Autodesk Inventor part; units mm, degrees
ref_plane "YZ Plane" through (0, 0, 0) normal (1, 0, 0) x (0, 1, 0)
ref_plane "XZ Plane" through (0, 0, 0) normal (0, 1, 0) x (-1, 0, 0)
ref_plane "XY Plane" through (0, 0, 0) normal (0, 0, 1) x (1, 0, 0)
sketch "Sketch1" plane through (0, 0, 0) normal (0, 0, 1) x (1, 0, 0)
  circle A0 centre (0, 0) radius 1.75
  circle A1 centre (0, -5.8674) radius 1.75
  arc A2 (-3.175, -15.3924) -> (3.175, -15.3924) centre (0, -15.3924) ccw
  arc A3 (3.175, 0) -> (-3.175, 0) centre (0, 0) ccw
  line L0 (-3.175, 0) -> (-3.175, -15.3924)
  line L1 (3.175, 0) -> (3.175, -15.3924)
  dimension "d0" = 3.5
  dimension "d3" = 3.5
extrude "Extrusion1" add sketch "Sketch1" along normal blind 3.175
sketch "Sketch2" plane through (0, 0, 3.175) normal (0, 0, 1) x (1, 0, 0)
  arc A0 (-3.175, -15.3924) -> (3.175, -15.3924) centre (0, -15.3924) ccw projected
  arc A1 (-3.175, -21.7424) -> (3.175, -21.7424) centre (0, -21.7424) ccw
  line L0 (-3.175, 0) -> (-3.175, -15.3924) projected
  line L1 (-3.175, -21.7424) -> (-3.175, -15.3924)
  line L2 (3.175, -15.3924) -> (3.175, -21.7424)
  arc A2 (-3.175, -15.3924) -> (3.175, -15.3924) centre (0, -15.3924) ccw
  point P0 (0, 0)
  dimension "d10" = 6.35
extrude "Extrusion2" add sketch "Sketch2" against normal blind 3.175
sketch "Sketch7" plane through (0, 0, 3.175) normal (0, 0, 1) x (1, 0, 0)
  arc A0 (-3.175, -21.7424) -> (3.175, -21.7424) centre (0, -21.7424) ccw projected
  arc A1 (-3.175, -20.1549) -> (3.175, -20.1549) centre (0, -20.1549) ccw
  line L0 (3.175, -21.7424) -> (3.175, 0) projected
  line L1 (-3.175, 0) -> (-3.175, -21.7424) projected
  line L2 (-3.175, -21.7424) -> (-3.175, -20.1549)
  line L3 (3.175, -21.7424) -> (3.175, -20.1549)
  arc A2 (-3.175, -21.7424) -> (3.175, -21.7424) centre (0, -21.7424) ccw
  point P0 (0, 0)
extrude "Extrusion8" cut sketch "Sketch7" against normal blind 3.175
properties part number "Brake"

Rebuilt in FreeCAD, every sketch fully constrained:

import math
import FreeCAD as App
import Part
import Sketcher
from FreeCAD import Vector
Q = App.Units.Quantity

doc = App.newDocument("Part")
params = doc.addObject("Spreadsheet::Sheet", "Params")
for row, (alias, value) in enumerate([
    ("sketch1_radius", "0.125 in"),
    ("sketch1_height", "0.606 in"),
    ("pad1_length", "0.125 in"),
    ("sketch2_radius", "0.125 in"),
    ("sketch2_height", "0.25 in"),
    ("pad2_length", "0.125 in"),
    ("sketch3_radius", "0.125 in"),
    ("sketch3_height", "0.0625 in"),
    ("pocket1_length", "0.125 in"),
], start=1):
    params.set(f"A{row}", alias)
    params.set(f"B{row}", "=" + value)
    params.setAlias(f"B{row}", alias)

body = doc.addObject("PartDesign::Body", "Body")

sketch1 = body.newObject("Sketcher::SketchObject", "Sketch")
sketch1.AttachmentSupport = (doc.getObject("XY_Plane"), [""])
sketch1.MapMode = "FlatFace"
sketch1.addGeometry(Part.LineSegment(Vector(-3.175, 0, 0), Vector(-3.175, -15.3924, 0)), False)
sketch1.addGeometry(Part.ArcOfCircle(Part.Circle(Vector(0, -15.3924, 0), Vector(0, 0, 1), 3.175), math.radians(180), math.radians(360)), False)
sketch1.addGeometry(Part.LineSegment(Vector(3.175, -15.3924, 0), Vector(3.175, 0, 0)), False)
sketch1.addGeometry(Part.ArcOfCircle(Part.Circle(Vector(0, 0, 0), Vector(0, 0, 1), 3.175), math.radians(0), math.radians(180)), False)
sketch1.addGeometry(Part.Circle(Vector(0, -5.8674, 0), Vector(0, 0, 1), 1.75), False)
sketch1.addGeometry(Part.Circle(Vector(0, 0, 0), Vector(0, 0, 1), 1.75), False)
sketch1.addConstraint(Sketcher.Constraint("Tangent", 0, 2, 1, 1))
sketch1.addConstraint(Sketcher.Constraint("Tangent", 1, 2, 2, 1))
sketch1.addConstraint(Sketcher.Constraint("Tangent", 2, 2, 3, 1))
sketch1.addConstraint(Sketcher.Constraint("Tangent", 3, 2, 0, 1))
sketch1.addConstraint(Sketcher.Constraint("Vertical", 0))
sketch1.addConstraint(Sketcher.Constraint("Vertical", 2))
sketch1.addConstraint(Sketcher.Constraint("Coincident", 3, 3, -1, 1))
sketch1.addConstraint(Sketcher.Constraint("Coincident", 5, 3, -1, 1))
sketch1.addConstraint(Sketcher.Constraint("Equal", 4, 5))
sketch1.addConstraint(Sketcher.Constraint("PointOnObject", 4, 3, -2))
sketch1.addConstraint(Sketcher.Constraint("Diameter", 4, Q("0.1378 in")))
sketch1.addConstraint(Sketcher.Constraint("Radius", 1, Q("0.125 in")))
sketch1.addConstraint(Sketcher.Constraint("DistanceY", 0, 2, 0, 1, Q("0.606 in")))
sketch1.addConstraint(Sketcher.Constraint("DistanceY", 4, 3, -1, 1, Q("0.231 in")))
sketch1.setExpression("Constraints[11]", "Params.sketch1_radius")
sketch1.setExpression("Constraints[12]", "Params.sketch1_height")
pad1 = body.newObject("PartDesign::Pad", "Pad")
pad1.Profile = sketch1
pad1.setExpression("Length", "Params.pad1_length")

sketch2 = body.newObject("Sketcher::SketchObject", "Sketch001")
sketch2.AttachmentSupport = (doc.getObject("XY_Plane"), [""])
sketch2.MapMode = "FlatFace"
sketch2.AttachmentOffset = App.Placement(Vector(0, 0, 0.125 * 25.4), App.Rotation())
sketch2.addGeometry(Part.ArcOfCircle(Part.Circle(Vector(0, -15.3924, 0), Vector(0, 0, 1), 3.175), math.radians(180), math.radians(360)), False)
sketch2.addGeometry(Part.LineSegment(Vector(-3.175, -15.3924, 0), Vector(-3.175, -21.7424, 0)), False)
sketch2.addGeometry(Part.ArcOfCircle(Part.Circle(Vector(0, -21.7424, 0), Vector(0, 0, 1), 3.175), math.radians(180), math.radians(360)), False)
sketch2.addGeometry(Part.LineSegment(Vector(3.175, -21.7424, 0), Vector(3.175, -15.3924, 0)), False)
sketch2.addConstraint(Sketcher.Constraint("Tangent", 0, 1, 1, 1))
sketch2.addConstraint(Sketcher.Constraint("Tangent", 1, 2, 2, 1))
sketch2.addConstraint(Sketcher.Constraint("Tangent", 2, 2, 3, 1))
sketch2.addConstraint(Sketcher.Constraint("Tangent", 3, 2, 0, 2))
sketch2.addConstraint(Sketcher.Constraint("Vertical", 1))
sketch2.addConstraint(Sketcher.Constraint("Vertical", 3))
sketch2.addConstraint(Sketcher.Constraint("PointOnObject", 0, 3, -2))
sketch2.addConstraint(Sketcher.Constraint("Radius", 0, Q("0.125 in")))
sketch2.addConstraint(Sketcher.Constraint("DistanceY", 1, 2, 1, 1, Q("0.25 in")))
sketch2.addConstraint(Sketcher.Constraint("DistanceY", 0, 3, -1, 1, Q("0.606 in")))
sketch2.setExpression("Constraints[7]", "Params.sketch2_radius")
sketch2.setExpression("Constraints[8]", "Params.sketch2_height")
pad2 = body.newObject("PartDesign::Pad", "Pad001")
pad2.Profile = sketch2
pad2.setExpression("Length", "Params.pad2_length")
pad2.Reversed = True

sketch3 = body.newObject("Sketcher::SketchObject", "Sketch002")
sketch3.AttachmentSupport = (doc.getObject("XY_Plane"), [""])
sketch3.MapMode = "FlatFace"
sketch3.AttachmentOffset = App.Placement(Vector(0, 0, 0.125 * 25.4), App.Rotation())
sketch3.addGeometry(Part.LineSegment(Vector(-3.175, -20.1549, 0), Vector(-3.175, -21.7424, 0)), False)
sketch3.addGeometry(Part.ArcOfCircle(Part.Circle(Vector(0, -21.7424, 0), Vector(0, 0, 1), 3.175), math.radians(180), math.radians(360)), False)
sketch3.addGeometry(Part.LineSegment(Vector(3.175, -21.7424, 0), Vector(3.175, -20.1549, 0)), False)
sketch3.addGeometry(Part.ArcOfCircle(Part.Circle(Vector(0, -20.1549, 0), Vector(0, 0, 1), 3.175), math.radians(180), math.radians(360)), False)
sketch3.addConstraint(Sketcher.Constraint("Tangent", 0, 2, 1, 1))
sketch3.addConstraint(Sketcher.Constraint("Tangent", 1, 2, 2, 1))
sketch3.addConstraint(Sketcher.Constraint("Tangent", 2, 2, 3, 2))
sketch3.addConstraint(Sketcher.Constraint("Tangent", 3, 1, 0, 1))
sketch3.addConstraint(Sketcher.Constraint("Vertical", 0))
sketch3.addConstraint(Sketcher.Constraint("Vertical", 2))
sketch3.addConstraint(Sketcher.Constraint("PointOnObject", 1, 3, -2))
sketch3.addConstraint(Sketcher.Constraint("Radius", 1, Q("0.125 in")))
sketch3.addConstraint(Sketcher.Constraint("DistanceY", 0, 2, 0, 1, Q("0.0625 in")))
sketch3.addConstraint(Sketcher.Constraint("DistanceY", 1, 3, -1, 1, Q("0.856 in")))
sketch3.setExpression("Constraints[7]", "Params.sketch3_radius")
sketch3.setExpression("Constraints[8]", "Params.sketch3_height")
pocket1 = body.newObject("PartDesign::Pocket", "Pocket")
pocket1.Profile = sketch3
pocket1.setExpression("Length", "Params.pocket1_length")

doc.recompute()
=======
Only the lines above from the line with "line L2 (3.175, -15.3924)" to the line with "line L2 (-3.175, -21.7424)", those two lines included, should be reproduced exactly.

**ANSWER TO THIS EXERCISE**
  line L2 (3.175, -15.3924) -> (3.175, -21.7424)
  arc A2 (-3.175, -15.3924) -> (3.175, -15.3924) centre (0, -15.3924) ccw
  point P0 (0, 0)
  dimension "d10" = 6.35
extrude "Extrusion2" add sketch "Sketch2" against normal blind 3.175
sketch "Sketch7" plane through (0, 0, 3.175) normal (0, 0, 1) x (1, 0, 0)
  arc A0 (-3.175, -21.7424) -> (3.175, -21.7424) centre (0, -21.7424) ccw projected
  arc A1 (-3.175, -20.1549) -> (3.175, -20.1549) centre (0, -20.1549) ccw
  line L0 (3.175, -21.7424) -> (3.175, 0) projected
  line L1 (-3.175, 0) -> (-3.175, -21.7424) projected
  line L2 (-3.175, -21.7424) -> (-3.175, -20.1549)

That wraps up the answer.